**WHAT THE EXERCISE ASKS:** Could you set down exactly the lines of the data below, starting at the one that holds "face PLANE(AX(P(25,3,-27),D(1,0,0),D(0,0,-1))) [-e69" and ending at the one that holds "face CYL(AX(P(70,3,-40),D(0,-1,0),D(0,0,-1)),5) [-e39", both included, and only those?

^^^^^^^^^^^^^^^^

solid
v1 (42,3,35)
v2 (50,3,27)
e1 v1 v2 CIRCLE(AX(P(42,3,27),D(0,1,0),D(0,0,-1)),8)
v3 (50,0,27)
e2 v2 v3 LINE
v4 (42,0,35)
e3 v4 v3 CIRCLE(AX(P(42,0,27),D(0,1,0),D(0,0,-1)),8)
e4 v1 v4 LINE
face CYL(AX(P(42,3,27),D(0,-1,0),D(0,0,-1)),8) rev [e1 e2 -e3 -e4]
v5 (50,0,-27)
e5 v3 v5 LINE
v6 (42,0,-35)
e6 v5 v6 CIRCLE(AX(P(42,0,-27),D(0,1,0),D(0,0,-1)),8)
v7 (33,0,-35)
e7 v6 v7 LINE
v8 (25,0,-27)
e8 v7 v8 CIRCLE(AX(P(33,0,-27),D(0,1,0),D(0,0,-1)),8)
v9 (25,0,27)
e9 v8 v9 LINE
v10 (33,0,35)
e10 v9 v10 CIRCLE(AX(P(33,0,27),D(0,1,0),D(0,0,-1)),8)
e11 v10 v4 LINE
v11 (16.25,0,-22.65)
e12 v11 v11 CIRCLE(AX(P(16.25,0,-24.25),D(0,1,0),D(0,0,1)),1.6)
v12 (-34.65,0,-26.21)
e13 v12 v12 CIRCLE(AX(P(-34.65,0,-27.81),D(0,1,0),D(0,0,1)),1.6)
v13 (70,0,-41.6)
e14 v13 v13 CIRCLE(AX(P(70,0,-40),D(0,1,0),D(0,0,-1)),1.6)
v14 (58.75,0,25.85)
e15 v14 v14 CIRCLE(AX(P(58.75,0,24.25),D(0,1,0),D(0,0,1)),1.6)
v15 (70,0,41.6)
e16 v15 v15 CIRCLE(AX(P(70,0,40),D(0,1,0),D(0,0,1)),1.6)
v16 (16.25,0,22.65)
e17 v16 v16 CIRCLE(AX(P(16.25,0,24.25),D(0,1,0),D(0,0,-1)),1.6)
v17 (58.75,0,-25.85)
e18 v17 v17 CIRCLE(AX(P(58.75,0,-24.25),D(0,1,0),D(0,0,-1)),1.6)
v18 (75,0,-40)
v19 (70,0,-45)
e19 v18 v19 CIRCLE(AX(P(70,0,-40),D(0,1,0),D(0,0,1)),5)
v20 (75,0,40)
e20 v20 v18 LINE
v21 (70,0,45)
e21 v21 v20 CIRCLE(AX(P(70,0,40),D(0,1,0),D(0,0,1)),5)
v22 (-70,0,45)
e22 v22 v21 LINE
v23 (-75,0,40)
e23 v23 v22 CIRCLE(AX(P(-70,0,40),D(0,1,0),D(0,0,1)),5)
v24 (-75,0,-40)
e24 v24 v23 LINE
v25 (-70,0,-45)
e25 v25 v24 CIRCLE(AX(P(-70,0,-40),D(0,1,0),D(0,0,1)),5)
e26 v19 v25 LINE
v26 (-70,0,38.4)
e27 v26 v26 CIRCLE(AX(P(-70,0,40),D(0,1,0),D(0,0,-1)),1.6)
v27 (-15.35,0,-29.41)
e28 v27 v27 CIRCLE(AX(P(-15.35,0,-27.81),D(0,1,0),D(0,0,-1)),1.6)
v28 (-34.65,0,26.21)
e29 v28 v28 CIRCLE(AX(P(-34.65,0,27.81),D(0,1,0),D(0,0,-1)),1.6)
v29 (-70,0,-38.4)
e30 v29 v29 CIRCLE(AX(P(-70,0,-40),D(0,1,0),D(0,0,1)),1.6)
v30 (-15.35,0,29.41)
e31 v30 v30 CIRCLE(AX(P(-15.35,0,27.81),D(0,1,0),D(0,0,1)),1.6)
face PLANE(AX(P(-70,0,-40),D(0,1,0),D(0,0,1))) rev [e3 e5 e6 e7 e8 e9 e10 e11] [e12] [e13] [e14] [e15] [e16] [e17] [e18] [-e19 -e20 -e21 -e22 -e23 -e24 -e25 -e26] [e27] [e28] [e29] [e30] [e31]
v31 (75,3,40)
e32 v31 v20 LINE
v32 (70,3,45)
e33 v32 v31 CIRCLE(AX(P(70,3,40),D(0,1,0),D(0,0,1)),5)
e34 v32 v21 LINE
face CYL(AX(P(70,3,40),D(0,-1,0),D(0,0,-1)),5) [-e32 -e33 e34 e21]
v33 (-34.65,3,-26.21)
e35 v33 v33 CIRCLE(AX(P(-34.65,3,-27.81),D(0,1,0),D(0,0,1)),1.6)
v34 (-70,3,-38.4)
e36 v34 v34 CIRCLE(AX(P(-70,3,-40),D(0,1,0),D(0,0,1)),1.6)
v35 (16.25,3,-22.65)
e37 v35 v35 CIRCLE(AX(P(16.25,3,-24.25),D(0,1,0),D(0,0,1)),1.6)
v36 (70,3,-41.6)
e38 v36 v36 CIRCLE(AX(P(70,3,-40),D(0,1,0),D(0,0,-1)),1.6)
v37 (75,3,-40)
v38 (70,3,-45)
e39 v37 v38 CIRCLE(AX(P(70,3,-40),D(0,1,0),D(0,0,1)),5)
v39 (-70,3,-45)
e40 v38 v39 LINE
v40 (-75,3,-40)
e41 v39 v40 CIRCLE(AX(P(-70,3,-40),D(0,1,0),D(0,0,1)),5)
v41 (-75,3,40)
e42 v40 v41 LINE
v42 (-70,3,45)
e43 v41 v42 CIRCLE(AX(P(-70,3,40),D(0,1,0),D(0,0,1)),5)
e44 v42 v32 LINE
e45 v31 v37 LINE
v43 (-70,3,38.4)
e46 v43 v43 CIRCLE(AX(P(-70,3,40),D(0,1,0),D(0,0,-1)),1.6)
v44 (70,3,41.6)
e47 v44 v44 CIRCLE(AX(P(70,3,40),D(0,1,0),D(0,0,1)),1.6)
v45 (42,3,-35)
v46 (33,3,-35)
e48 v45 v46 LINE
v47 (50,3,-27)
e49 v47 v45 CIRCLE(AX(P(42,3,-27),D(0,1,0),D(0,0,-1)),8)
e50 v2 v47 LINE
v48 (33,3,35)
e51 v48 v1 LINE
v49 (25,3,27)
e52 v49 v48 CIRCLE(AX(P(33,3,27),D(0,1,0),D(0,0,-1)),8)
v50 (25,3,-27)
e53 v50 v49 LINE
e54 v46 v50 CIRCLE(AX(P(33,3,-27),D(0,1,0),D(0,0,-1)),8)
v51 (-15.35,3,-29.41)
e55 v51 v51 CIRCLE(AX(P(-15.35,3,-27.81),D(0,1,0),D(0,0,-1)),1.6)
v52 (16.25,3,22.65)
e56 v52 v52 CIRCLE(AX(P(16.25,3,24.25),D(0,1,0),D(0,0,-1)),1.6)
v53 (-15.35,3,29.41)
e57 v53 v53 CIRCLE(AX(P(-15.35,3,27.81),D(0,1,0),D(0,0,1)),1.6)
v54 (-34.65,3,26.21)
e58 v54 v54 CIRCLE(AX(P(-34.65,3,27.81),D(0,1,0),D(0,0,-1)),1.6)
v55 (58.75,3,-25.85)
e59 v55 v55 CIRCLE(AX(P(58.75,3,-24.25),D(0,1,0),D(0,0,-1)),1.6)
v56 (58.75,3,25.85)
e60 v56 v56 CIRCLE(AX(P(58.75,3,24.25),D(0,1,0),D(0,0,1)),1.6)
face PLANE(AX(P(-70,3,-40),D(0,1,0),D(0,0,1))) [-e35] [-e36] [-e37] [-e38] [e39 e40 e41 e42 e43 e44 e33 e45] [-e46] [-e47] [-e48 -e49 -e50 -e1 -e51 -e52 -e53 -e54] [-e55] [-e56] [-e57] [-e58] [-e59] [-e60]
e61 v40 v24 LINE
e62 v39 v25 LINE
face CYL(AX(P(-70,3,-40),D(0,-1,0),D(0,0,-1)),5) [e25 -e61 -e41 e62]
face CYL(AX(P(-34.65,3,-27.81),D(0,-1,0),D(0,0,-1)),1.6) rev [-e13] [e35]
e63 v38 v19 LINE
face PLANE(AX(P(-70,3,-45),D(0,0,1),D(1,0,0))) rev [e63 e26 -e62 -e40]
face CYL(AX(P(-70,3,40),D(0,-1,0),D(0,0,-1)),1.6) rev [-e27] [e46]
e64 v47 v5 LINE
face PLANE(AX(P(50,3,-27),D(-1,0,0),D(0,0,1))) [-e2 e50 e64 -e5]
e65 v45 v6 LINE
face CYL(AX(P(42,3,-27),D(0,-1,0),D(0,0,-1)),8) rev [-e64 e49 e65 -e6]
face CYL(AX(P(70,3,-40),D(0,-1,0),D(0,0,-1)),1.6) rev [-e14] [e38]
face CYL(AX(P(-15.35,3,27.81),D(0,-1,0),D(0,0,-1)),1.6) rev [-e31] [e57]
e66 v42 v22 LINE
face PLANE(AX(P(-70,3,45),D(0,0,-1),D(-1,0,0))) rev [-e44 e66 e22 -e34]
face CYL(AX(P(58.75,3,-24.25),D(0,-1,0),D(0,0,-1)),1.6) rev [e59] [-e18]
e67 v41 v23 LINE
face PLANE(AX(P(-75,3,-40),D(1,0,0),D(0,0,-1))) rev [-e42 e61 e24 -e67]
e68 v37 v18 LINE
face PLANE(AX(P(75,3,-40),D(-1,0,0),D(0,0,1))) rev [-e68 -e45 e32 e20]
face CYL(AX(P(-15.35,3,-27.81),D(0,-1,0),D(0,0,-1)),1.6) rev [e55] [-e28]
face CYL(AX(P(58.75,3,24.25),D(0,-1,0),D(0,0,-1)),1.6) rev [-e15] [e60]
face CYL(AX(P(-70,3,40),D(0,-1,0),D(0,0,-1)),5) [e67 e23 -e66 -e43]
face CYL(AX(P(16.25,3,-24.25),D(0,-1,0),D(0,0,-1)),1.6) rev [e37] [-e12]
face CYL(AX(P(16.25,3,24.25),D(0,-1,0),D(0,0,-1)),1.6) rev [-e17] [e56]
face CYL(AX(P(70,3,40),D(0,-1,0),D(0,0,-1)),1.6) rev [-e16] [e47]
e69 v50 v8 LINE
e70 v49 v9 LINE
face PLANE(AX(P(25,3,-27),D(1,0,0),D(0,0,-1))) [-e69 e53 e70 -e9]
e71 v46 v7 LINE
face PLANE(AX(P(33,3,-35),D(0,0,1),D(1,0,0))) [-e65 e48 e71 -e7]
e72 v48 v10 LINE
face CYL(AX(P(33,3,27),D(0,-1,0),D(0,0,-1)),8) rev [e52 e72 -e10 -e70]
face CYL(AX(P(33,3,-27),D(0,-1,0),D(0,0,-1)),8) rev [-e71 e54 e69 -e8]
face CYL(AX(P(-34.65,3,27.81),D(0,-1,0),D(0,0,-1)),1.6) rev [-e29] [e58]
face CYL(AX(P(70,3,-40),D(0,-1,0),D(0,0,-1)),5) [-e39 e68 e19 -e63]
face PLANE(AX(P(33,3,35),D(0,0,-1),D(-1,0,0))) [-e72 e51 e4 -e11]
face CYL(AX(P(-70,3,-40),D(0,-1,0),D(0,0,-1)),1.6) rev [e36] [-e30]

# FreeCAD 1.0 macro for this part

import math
import FreeCAD as App
import Part
import Sketcher

doc = App.newDocument("Part")
body = doc.addObject("PartDesign::Body", "Body")

sketch1 = body.newObject("Sketcher::SketchObject", "Sketch")
sketch1.AttachmentSupport = (doc.getObject("XZ_Plane"), [""])
sketch1.MapMode = "FlatFace"
sketch1.addGeometry(Part.LineSegment(App.Vector(70, -45, 0), App.Vector(-70, -45, 0)), False)
sketch1.addGeometry(Part.ArcOfCircle(Part.Circle(App.Vector(-70, -40, 0), App.Vector(0, 0, 1), 5), math.radians(180), math.radians(270)), False)
sketch1.addGeometry(Part.LineSegment(App.Vector(-75, -40, 0), App.Vector(-75, 40, 0)), False)
sketch1.addGeometry(Part.ArcOfCircle(Part.Circle(App.Vector(-70, 40, 0), App.Vector(0, 0, 1), 5), math.radians(90), math.radians(180)), False)
sketch1.addGeometry(Part.LineSegment(App.Vector(-70, 45, 0), App.Vector(70, 45, 0)), False)
sketch1.addGeometry(Part.ArcOfCircle(Part.Circle(App.Vector(70, 40, 0), App.Vector(0, 0, 1), 5), math.radians(0), math.radians(90)), False)
sketch1.addGeometry(Part.LineSegment(App.Vector(75, 40, 0), App.Vector(75, -40, 0)), False)
sketch1.addGeometry(Part.ArcOfCircle(Part.Circle(App.Vector(70, -40, 0), App.Vector(0, 0, 1), 5), math.radians(-90), math.radians(0)), False)
sketch1.addGeometry(Part.Circle(App.Vector(70, 40, 0), App.Vector(0, 0, 1), 1.6), False)
sketch1.addGeometry(Part.Circle(App.Vector(58.75, 24.25, 0), App.Vector(0, 0, 1), 1.6), False)
sketch1.addGeometry(Part.Circle(App.Vector(16.25, 24.25, 0), App.Vector(0, 0, 1), 1.6), False)
sketch1.addGeometry(Part.LineSegment(App.Vector(33, -35, 0), App.Vector(42, -35, 0)), False)
sketch1.addGeometry(Part.ArcOfCircle(Part.Circle(App.Vector(42, -27, 0), App.Vector(0, 0, 1), 8), math.radians(-90), math.radians(0)), False)
sketch1.addGeometry(Part.LineSegment(App.Vector(50, -27, 0), App.Vector(50, 27, 0)), False)
sketch1.addGeometry(Part.ArcOfCircle(Part.Circle(App.Vector(42, 27, 0), App.Vector(0, 0, 1), 8), math.radians(0), math.radians(90)), False)
sketch1.addGeometry(Part.LineSegment(App.Vector(42, 35, 0), App.Vector(33, 35, 0)), False)
sketch1.addGeometry(Part.ArcOfCircle(Part.Circle(App.Vector(33, 27, 0), App.Vector(0, 0, 1), 8), math.radians(90), math.radians(180)), False)
sketch1.addGeometry(Part.LineSegment(App.Vector(25, 27, 0), App.Vector(25, -27, 0)), False)
sketch1.addGeometry(Part.ArcOfCircle(Part.Circle(App.Vector(33, -27, 0), App.Vector(0, 0, 1), 8), math.radians(-180), math.radians(-90)), False)
sketch1.addGeometry(Part.Circle(App.Vector(-15.35, 27.81, 0), App.Vector(0, 0, 1), 1.6), False)
sketch1.addGeometry(Part.Circle(App.Vector(-34.65, 27.81, 0), App.Vector(0, 0, 1), 1.6), False)
sketch1.addGeometry(Part.Circle(App.Vector(-70, 40, 0), App.Vector(0, 0, 1), 1.6), False)
sketch1.addGeometry(Part.Circle(App.Vector(58.75, -24.25, 0), App.Vector(0, 0, 1), 1.6), False)
sketch1.addGeometry(Part.Circle(App.Vector(70, -40, 0), App.Vector(0, 0, 1), 1.6), False)
sketch1.addGeometry(Part.Circle(App.Vector(16.25, -24.25, 0), App.Vector(0, 0, 1), 1.6), False)
sketch1.addGeometry(Part.Circle(App.Vector(-15.35, -27.81, 0), App.Vector(0, 0, 1), 1.6), False)
sketch1.addGeometry(Part.Circle(App.Vector(-34.65, -27.81, 0), App.Vector(0, 0, 1), 1.6), False)
sketch1.addGeometry(Part.Circle(App.Vector(-70, -40, 0), App.Vector(0, 0, 1), 1.6), False)
sketch1.addConstraint(Sketcher.Constraint("Tangent", 0, 2, 1, 2))
sketch1.addConstraint(Sketcher.Constraint("Tangent", 1, 1, 2, 1))
sketch1.addConstraint(Sketcher.Constraint("Tangent", 2, 2, 3, 2))
sketch1.addConstraint(Sketcher.Constraint("Tangent", 3, 1, 4, 1))
sketch1.addConstraint(Sketcher.Constraint("Tangent", 4, 2, 5, 2))
sketch1.addConstraint(Sketcher.Constraint("Tangent", 5, 1, 6, 1))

^^^^^^^^^^^^^^^^

**OUTPUT OF THE TASK:**
face PLANE(AX(P(25,3,-27),D(1,0,0),D(0,0,-1))) [-e69 e53 e70 -e9]
e71 v46 v7 LINE
face PLANE(AX(P(33,3,-35),D(0,0,1),D(1,0,0))) [-e65 e48 e71 -e7]
e72 v48 v10 LINE
face CYL(AX(P(33,3,27),D(0,-1,0),D(0,0,-1)),8) rev [e52 e72 -e10 -e70]
face CYL(AX(P(33,3,-27),D(0,-1,0),D(0,0,-1)),8) rev [-e71 e54 e69 -e8]
face CYL(AX(P(-34.65,3,27.81),D(0,-1,0),D(0,0,-1)),1.6) rev [-e29] [e58]
face CYL(AX(P(70,3,-40),D(0,-1,0),D(0,0,-1)),5) [-e39 e68 e19 -e63]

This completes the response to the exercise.